Mas são diferentes, adverte Dantas, os caminhos do sucesso de Lula e Dilma. "Ele não era afetado por críticas porque tinha enorme carisma. Ela, que não o tem, vale-se da força da racionalidade. Uma racionalidade de quem vai vendo os erros e consertando." Encaixa com a percepção externa. Para a New Yorker, a presidente "tem-se mostrado muito mais intolerante com a corrupção do que presidentes do passado". No mesmo tom, a Newsweek a brindou, na semana em que ela estreou na Assembleia Geral da ONU, com um perfil e um conselho na capa: "Não mexam com Dilma".
Cobranças. Não que a imprensa estrangeira não faça cobranças - mas elas , até o momento, são breves e cautelosas. O jornal The Financial Times, por exemplo, completou um elogio ao sucesso econômico do Brasil, em agosto, afirmando que a presidente "precisa declarar guerra à excessiva burocracia que alimenta a corrupção". E a Economist sugeriu, há dez dias, que Dilma "poderia dar-se o luxo de ser mais radical" na sua faxina.
Um raro momento de atrito ocorreu em agosto, quando a mesma Economist opinou que os escândalos estavam "criando fissuras em sua precária coalizão". Dilma não esperou para dar o troco. Já no dia seguinte considerou "um ótimo sinal" as revistas estrangeiras se mostrarem preocupadas com o Brasil.
Pragmatismo. São variadas as explicações para o êxito da presidente em pairar acima dos malfeitos ministeriais, sem ser por eles arrastada. "O grande motivo para a imagem de corrupção não pegar nela é, como sempre, a economia", resume o sociólogo Rudá Ricci, diretor do Instituto Cultiva e professor da PUC de Minas Gerais.

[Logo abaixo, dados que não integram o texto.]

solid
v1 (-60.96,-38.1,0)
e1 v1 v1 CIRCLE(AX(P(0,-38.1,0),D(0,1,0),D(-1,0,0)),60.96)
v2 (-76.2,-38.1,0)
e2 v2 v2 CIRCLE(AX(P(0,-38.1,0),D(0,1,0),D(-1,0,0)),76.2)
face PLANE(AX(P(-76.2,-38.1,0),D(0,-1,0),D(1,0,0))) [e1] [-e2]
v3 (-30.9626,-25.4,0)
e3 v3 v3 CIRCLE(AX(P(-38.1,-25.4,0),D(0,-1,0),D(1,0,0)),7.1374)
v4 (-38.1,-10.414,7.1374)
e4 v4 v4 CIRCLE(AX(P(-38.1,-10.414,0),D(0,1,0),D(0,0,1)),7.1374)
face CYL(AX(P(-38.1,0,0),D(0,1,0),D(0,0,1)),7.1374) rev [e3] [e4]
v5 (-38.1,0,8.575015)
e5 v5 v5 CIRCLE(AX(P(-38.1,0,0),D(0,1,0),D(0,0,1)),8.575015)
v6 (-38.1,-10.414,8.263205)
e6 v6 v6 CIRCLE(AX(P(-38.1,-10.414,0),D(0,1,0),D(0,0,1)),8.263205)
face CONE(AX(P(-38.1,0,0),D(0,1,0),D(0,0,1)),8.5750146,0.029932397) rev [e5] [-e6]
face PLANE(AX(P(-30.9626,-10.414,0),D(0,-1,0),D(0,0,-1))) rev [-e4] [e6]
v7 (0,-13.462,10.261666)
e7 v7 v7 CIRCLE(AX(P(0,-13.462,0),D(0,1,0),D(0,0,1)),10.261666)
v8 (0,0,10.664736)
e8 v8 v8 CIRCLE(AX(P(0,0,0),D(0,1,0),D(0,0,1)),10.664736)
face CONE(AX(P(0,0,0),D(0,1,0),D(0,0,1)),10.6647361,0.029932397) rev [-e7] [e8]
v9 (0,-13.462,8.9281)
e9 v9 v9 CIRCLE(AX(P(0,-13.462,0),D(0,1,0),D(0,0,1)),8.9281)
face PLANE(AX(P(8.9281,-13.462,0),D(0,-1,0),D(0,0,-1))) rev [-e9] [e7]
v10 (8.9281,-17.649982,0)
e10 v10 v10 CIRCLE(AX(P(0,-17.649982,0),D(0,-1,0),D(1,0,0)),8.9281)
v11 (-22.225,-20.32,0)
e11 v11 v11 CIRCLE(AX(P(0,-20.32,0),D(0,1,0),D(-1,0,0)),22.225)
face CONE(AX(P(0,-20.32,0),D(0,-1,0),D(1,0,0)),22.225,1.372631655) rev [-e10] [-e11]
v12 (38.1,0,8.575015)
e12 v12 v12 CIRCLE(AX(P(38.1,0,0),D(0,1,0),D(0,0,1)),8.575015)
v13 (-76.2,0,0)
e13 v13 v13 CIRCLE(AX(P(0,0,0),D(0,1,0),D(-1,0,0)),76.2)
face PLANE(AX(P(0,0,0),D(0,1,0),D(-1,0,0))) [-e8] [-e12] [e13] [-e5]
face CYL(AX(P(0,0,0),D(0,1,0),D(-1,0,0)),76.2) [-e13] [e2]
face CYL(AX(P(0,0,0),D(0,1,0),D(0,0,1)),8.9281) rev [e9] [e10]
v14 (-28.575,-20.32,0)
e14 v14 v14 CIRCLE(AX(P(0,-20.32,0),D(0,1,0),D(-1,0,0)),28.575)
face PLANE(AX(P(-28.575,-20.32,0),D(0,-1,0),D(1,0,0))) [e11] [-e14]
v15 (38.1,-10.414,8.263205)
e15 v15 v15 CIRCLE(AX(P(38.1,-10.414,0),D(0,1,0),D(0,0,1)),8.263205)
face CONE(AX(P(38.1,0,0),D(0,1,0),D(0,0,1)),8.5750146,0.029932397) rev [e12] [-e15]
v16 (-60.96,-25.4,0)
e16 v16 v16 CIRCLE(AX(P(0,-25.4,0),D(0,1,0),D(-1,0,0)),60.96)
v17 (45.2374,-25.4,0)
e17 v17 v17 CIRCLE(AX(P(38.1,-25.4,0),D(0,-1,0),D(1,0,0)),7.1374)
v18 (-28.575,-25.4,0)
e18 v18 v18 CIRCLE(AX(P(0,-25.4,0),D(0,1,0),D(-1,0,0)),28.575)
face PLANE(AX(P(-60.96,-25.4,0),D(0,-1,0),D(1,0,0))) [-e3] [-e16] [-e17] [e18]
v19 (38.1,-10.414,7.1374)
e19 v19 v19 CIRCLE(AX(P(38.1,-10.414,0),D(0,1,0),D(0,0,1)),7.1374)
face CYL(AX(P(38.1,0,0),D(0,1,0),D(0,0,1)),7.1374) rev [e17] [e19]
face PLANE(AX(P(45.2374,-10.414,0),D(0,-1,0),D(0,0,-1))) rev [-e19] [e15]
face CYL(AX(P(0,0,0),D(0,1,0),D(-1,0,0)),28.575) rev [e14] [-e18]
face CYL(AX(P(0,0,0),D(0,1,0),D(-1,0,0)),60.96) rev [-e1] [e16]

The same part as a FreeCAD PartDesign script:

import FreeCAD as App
import Part
import Sketcher

V = App.Vector
Q = App.Units.Quantity

doc = App.newDocument("Part")
body = doc.addObject("PartDesign::Body", "Body")

sketch1 = body.newObject("Sketcher::SketchObject", "Sketch")
sketch1.AttachmentSupport = (doc.getObject("XY_Plane"), [""])
sketch1.MapMode = "FlatFace"
sketch1.addGeometry(Part.LineSegment(V(0, 0, 0), V(-76, 0, 0)), False)
sketch1.addGeometry(Part.LineSegment(V(-76, 0, 0), V(-76, -38, 0)), False)
sketch1.addGeometry(Part.LineSegment(V(-76, -38, 0), V(-61, -38, 0)), False)
sketch1.addGeometry(Part.LineSegment(V(-61, -38, 0), V(-61, -25, 0)), False)
sketch1.addGeometry(Part.LineSegment(V(-61, -25, 0), V(-29, -25, 0)), False)
sketch1.addGeometry(Part.LineSegment(V(-29, -25, 0), V(-29, -20, 0)), False)
sketch1.addGeometry(Part.LineSegment(V(-29, -20, 0), V(-22, -20, 0)), False)
sketch1.addGeometry(Part.LineSegment(V(-22, -20, 0), V(0, -16, 0)), False)
sketch1.addGeometry(Part.LineSegment(V(0, -16, 0), V(0, 0, 0)), False)
sketch1.addConstraint(Sketcher.Constraint("Coincident", 0, 2, 1, 1))
sketch1.addConstraint(Sketcher.Constraint("Coincident", 1, 2, 2, 1))
sketch1.addConstraint(Sketcher.Constraint("Coincident", 2, 2, 3, 1))
sketch1.addConstraint(Sketcher.Constraint("Coincident", 3, 2, 4, 1))
sketch1.addConstraint(Sketcher.Constraint("Coincident", 4, 2, 5, 1))
sketch1.addConstraint(Sketcher.Constraint("Coincident", 5, 2, 6, 1))
sketch1.addConstraint(Sketcher.Constraint("Coincident", 6, 2, 7, 1))
sketch1.addConstraint(Sketcher.Constraint("Coincident", 7, 2, 8, 1))
sketch1.addConstraint(Sketcher.Constraint("Coincident", 8, 2, 0, 1))
sketch1.addConstraint(Sketcher.Constraint("Horizontal", 0))
sketch1.addConstraint(Sketcher.Constraint("Vertical", 1))
sketch1.addConstraint(Sketcher.Constraint("Horizontal", 2))
sketch1.addConstraint(Sketcher.Constraint("Vertical", 3))
sketch1.addConstraint(Sketcher.Constraint("Horizontal", 4))
sketch1.addConstraint(Sketcher.Constraint("Vertical", 5))
sketch1.addConstraint(Sketcher.Constraint("Horizontal", 6))
sketch1.addConstraint(Sketcher.Constraint("Vertical", 8))
sketch1.addConstraint(Sketcher.Constraint("Coincident", 8, 2, -1, 1))
sketch1.addConstraint(Sketcher.Constraint("DistanceX", 0, 2, 0, 1, Q("3 in")))
sketch1.addConstraint(Sketcher.Constraint("DistanceX", 2, 1, 2, 2, Q("0.6 in")))
sketch1.addConstraint(Sketcher.Constraint("DistanceY", 1, 2, 1, 1, Q("1.5 in")))
sketch1.addConstraint(Sketcher.Constraint("DistanceY", 3, 1, 3, 2, Q("0.5 in")))
sketch1.addConstraint(Sketcher.Constraint("DistanceY", 5, 1, 5, 2, Q("0.2 in")))
sketch1.addConstraint(Sketcher.Constraint("DistanceX", 6, 1, 6, 2, Q("0.25 in")))
sketch1.addConstraint(Sketcher.Constraint("DistanceX", 4, 1, 4, 2, Q("1.275 in")))
sketch1.addConstraint(Sketcher.Constraint("DistanceY", 8, 1, 8, 2, Q("0.6243 in")))
revolution = body.newObject("PartDesign::Revolution", "Revolution")
revolution.Profile = sketch1
revolution.ReferenceAxis = (sketch1, ["V_Axis"])
revolution.Angle = 360

sketch2 = body.newObject("Sketcher::SketchObject", "Sketch001")
sketch2.AttachmentSupport = (doc.getObject("YZ_Plane"), [""])
sketch2.MapMode = "FlatFace"
sketch2.addGeometry(Part.LineSegment(V(-38.1, 0, 0), V(0, 0, 0)), False)
sketch2.addGeometry(Part.LineSegment(V(0, 0, 0), V(0, 10.7, 0)), False)
sketch2.addGeometry(Part.LineSegment(V(0, 10.7, 0), V(-13.5, 10.3, 0)), False)
sketch2.addGeometry(Part.LineSegment(V(-13.5, 10.3, 0), V(-13.5, 8.9, 0)), False)
sketch2.addGeometry(Part.LineSegment(V(-13.5, 8.9, 0), V(-38.1, 8.9, 0)), False)
sketch2.addGeometry(Part.LineSegment(V(-38.1, 8.9, 0), V(-38.1, 0, 0)), False)
sketch2.addConstraint(Sketcher.Constraint("Coincident", 0, 2, 1, 1))
sketch2.addConstraint(Sketcher.Constraint("Coincident", 1, 2, 2, 1))
sketch2.addConstraint(Sketcher.Constraint("Coincident", 2, 2, 3, 1))
sketch2.addConstraint(Sketcher.Constraint("Coincident", 3, 2, 4, 1))
sketch2.addConstraint(Sketcher.Constraint("Coincident", 4, 2, 5, 1))
sketch2.addConstraint(Sketcher.Constraint("Coincident", 5, 2, 0, 1))
sketch2.addConstraint(Sketcher.Constraint("Horizontal", 0))
sketch2.addConstraint(Sketcher.Constraint("Vertical", 1))
sketch2.addConstraint(Sketcher.Constraint("Vertical", 3))
sketch2.addConstraint(Sketcher.Constraint("Horizontal", 4))
sketch2.addConstraint(Sketcher.Constraint("Vertical", 5))
sketch2.addConstraint(Sketcher.Constraint("Coincident", 0, 2, -1, 1))
sketch2.addConstraint(Sketcher.Constraint("DistanceX", 0, 1, 0, 2, Q("1.5 in")))
sketch2.addConstraint(Sketcher.Constraint("DistanceX", 4, 2, 4, 1, Q("0.97 in")))
sketch2.addConstraint(Sketcher.Constraint("DistanceY", 5, 2, 5, 1, Q("0.3515 in")))
sketch2.addConstraint(Sketcher.Constraint("DistanceY", 1, 1, 1, 2, 10.664736))
sketch2.addConstraint(Sketcher.Constraint("DistanceY", 3, 2, 3, 1, 1.333566))
groove = body.newObject("PartDesign::Groove", "Groove")
groove.Profile = sketch2
groove.ReferenceAxis = (sketch2, ["H_Axis"])
groove.Angle = 360

sketch3 = body.newObject("Sketcher::SketchObject", "Sketch002")
sketch3.AttachmentSupport = (doc.getObject("YZ_Plane"), [""])
sketch3.MapMode = "FlatFace"
sketch3.AttachmentOffset = App.Placement(V(0, 0, -1.5 * 25.4), App.Rotation())
sketch3.addGeometry(Part.LineSegment(V(-38.1, 0, 0), V(0, 0, 0)), False)
sketch3.addGeometry(Part.LineSegment(V(0, 0, 0), V(0, 8.6, 0)), False)
sketch3.addGeometry(Part.LineSegment(V(0, 8.6, 0), V(-10.4, 8.3, 0)), False)
sketch3.addGeometry(Part.LineSegment(V(-10.4, 8.3, 0), V(-10.4, 7.1, 0)), False)
sketch3.addGeometry(Part.LineSegment(V(-10.4, 7.1, 0), V(-38.1, 7.1, 0)), False)
sketch3.addGeometry(Part.LineSegment(V(-38.1, 7.1, 0), V(-38.1, 0, 0)), False)
sketch3.addConstraint(Sketcher.Constraint("Coincident", 0, 2, 1, 1))
sketch3.addConstraint(Sketcher.Constraint("Coincident", 1, 2, 2, 1))
sketch3.addConstraint(Sketcher.Constraint("Coincident", 2, 2, 3, 1))
sketch3.addConstraint(Sketcher.Constraint("Coincident", 3, 2, 4, 1))
sketch3.addConstraint(Sketcher.Constraint("Coincident", 4, 2, 5, 1))
sketch3.addConstraint(Sketcher.Constraint("Coincident", 5, 2, 0, 1))
sketch3.addConstraint(Sketcher.Constraint("Horizontal", 0))
sketch3.addConstraint(Sketcher.Constraint("Vertical", 1))
sketch3.addConstraint(Sketcher.Constraint("Vertical", 3))
sketch3.addConstraint(Sketcher.Constraint("Horizontal", 4))
sketch3.addConstraint(Sketcher.Constraint("Vertical", 5))
sketch3.addConstraint(Sketcher.Constraint("Coincident", 0, 2, -1, 1))
sketch3.addConstraint(Sketcher.Constraint("DistanceX", 0, 1, 0, 2, Q("1.5 in")))
sketch3.addConstraint(Sketcher.Constraint("DistanceX", 4, 2, 4, 1, Q("1.09 in")))
sketch3.addConstraint(Sketcher.Constraint("DistanceY", 5, 2, 5, 1, Q("0.281 in")))
sketch3.addConstraint(Sketcher.Constraint("DistanceY", 1, 1, 1, 2, 8.575015))
sketch3.addConstraint(Sketcher.Constraint("DistanceY", 3, 2, 3, 1, 1.125805))
groove2 = body.newObject("PartDesign::Groove", "Groove001")
groove2.Profile = sketch3
groove2.ReferenceAxis = (sketch3, ["H_Axis"])
groove2.Angle = 360
doc.recompute()

linearpattern = body.newObject("PartDesign::LinearPattern", "LinearPattern")
linearpattern.Originals = [groove2]
linearpattern.Direction = (doc.getObject("X_Axis"), [""])
linearpattern.Mode = "offset"
linearpattern.Offset = Q("3 in")
linearpattern.Occurrences = 2
body.Tip = linearpattern

doc.recompute()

A população é pragmática, diz ele. Não vai criticar um governo "que lhe garante os atuais níveis de emprego e ascensão social". É um fenômeno que se repete ao longo da história: "Em todos os países onde ocorreram esses períodos de ascensão e inclusão social, a população se tornou conservadora e pragmática".
Mas consolida o cenário favorável à presidente, segundo Ricci, o fato de que para muitos brasileiros a corrupção em altos escalões é parte da paisagem. Ele menciona, a propósito, uma pesquisa do Ibope, cerca de um ano atrás, segundo a qual 65% da população convive pacificamente com irregularidades na vida pública. "Na pesquisa, 75% revelaram que, se estivessem no governo, admitiriam cometer algum tipo de ato ilícito", diz Ricci.
Amaury de Souza acrescenta, às virtudes presidenciais, a força da propaganda oficial. "No Brasil de hoje é fácil passar à opinião pública a ideia de que a governante não está envolvida, que ela é vítima, e não cúmplice. Não é à toa que o Planalto gasta uma fortuna em comunicação, ou que fatos graves sejam chamados apenas de malfeitos." De acordo com ele, "um malfeito se corrige demitindo o ministro, sem se questionar o modelo nem processar o demitido".
Mas Rudá Ricci entende que as atuais vantagens da presidente podem ter prazo de validade - e cita, para tanto, a própria New Yorker. É que ela ouviu também, na reportagem, o ex-presidente Fernando Henrique Cardoso, que se mostrou compreensivo com as dificuldades da presidente para levar adiante a "faxina". "Não sei se ela sabe o quanto é difícil fazer essa limpeza", comentou FHC. "Lula aconselhou-a a não ir tão rápido. Na verdade, talvez ele tenha razão."
"O que FHC disse é que há uma ruptura entre a voz das ruas, que lhe garante popularidade, e os acordos políticos, que garantem governabilidade", pondera o sociólogo mineiro. Sua avaliação é que, não tendo o poder de Lula para controlar as forças políticas, nem um interlocutor de peso - pois tanto Ideli Salvatti quanto o secretário-geral Gilberto Carvalho são estranhos a tal papel - Dilma pode enfrentar sérios obstáculos num quadro econômico futuro não tão calmo quanto o de agora. Um dos cenários possíveis, para ele: "No limite, ela pode manter a popularidade mas resvalar para o terreno da desinstitucionalização".